• **PROBLEM TO WORK ON**
Find the string "origin" in the listing and report every line that has it.

• **AVAILABLE RECORDS**

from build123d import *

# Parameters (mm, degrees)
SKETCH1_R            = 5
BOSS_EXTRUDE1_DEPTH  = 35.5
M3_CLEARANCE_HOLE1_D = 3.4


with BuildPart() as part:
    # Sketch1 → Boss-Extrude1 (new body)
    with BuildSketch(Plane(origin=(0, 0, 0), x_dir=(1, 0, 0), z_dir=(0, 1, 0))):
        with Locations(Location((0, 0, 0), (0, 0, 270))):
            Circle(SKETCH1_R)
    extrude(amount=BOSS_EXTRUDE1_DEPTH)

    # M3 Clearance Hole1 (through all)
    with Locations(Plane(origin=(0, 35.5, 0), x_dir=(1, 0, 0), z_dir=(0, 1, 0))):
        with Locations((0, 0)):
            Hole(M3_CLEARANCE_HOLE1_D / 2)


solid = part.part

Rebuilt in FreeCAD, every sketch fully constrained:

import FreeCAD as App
import Part
import Sketcher

doc = App.newDocument("Part")
body = doc.addObject("PartDesign::Body", "Body")

sketch1 = body.newObject("Sketcher::SketchObject", "Sketch")
sketch1.AttachmentSupport = (doc.getObject("XZ_Plane"), [""])
sketch1.MapMode = "FlatFace"
sketch1.addGeometry(Part.Circle(App.Vector(0, 0, 0), App.Vector(0, 0, 1), 5), False)
sketch1.addConstraint(Sketcher.Constraint("Coincident", 0, 3, -1, 1))
sketch1.addConstraint(Sketcher.Constraint("Diameter", 0, 10.0))
pad1 = body.newObject("PartDesign::Pad", "Pad")
pad1.Profile = sketch1
pad1.Length = 35.5
pad1.Reversed = True

sketch2 = body.newObject("Sketcher::SketchObject", "Sketch001")
sketch2.AttachmentSupport = (doc.getObject("XZ_Plane"), [""])
sketch2.MapMode = "FlatFace"
sketch2.AttachmentOffset = App.Placement(App.Vector(0, 0, -35.5), App.Rotation())
sketch2.addGeometry(Part.Circle(App.Vector(0, 0, 0), App.Vector(0, 0, 1), 1.7), False)
sketch2.addConstraint(Sketcher.Constraint("Coincident", 0, 3, -1, 1))
sketch2.addConstraint(Sketcher.Constraint("Diameter", 0, 3.4))
doc.recompute()
hole = body.newObject("PartDesign::Hole", "Hole")
hole.Profile = sketch2
hole.ThreadType = "None"
hole.Diameter = 3.4
hole.DepthType = "ThroughAll"
hole.Reversed = True

doc.recompute()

• **REPLY TO THE TASK**
    with BuildSketch(Plane(origin=(0, 0, 0), x_dir=(1, 0, 0), z_dir=(0, 1, 0))):
    with Locations(Plane(origin=(0, 35.5, 0), x_dir=(1, 0, 0), z_dir=(0, 1, 0))):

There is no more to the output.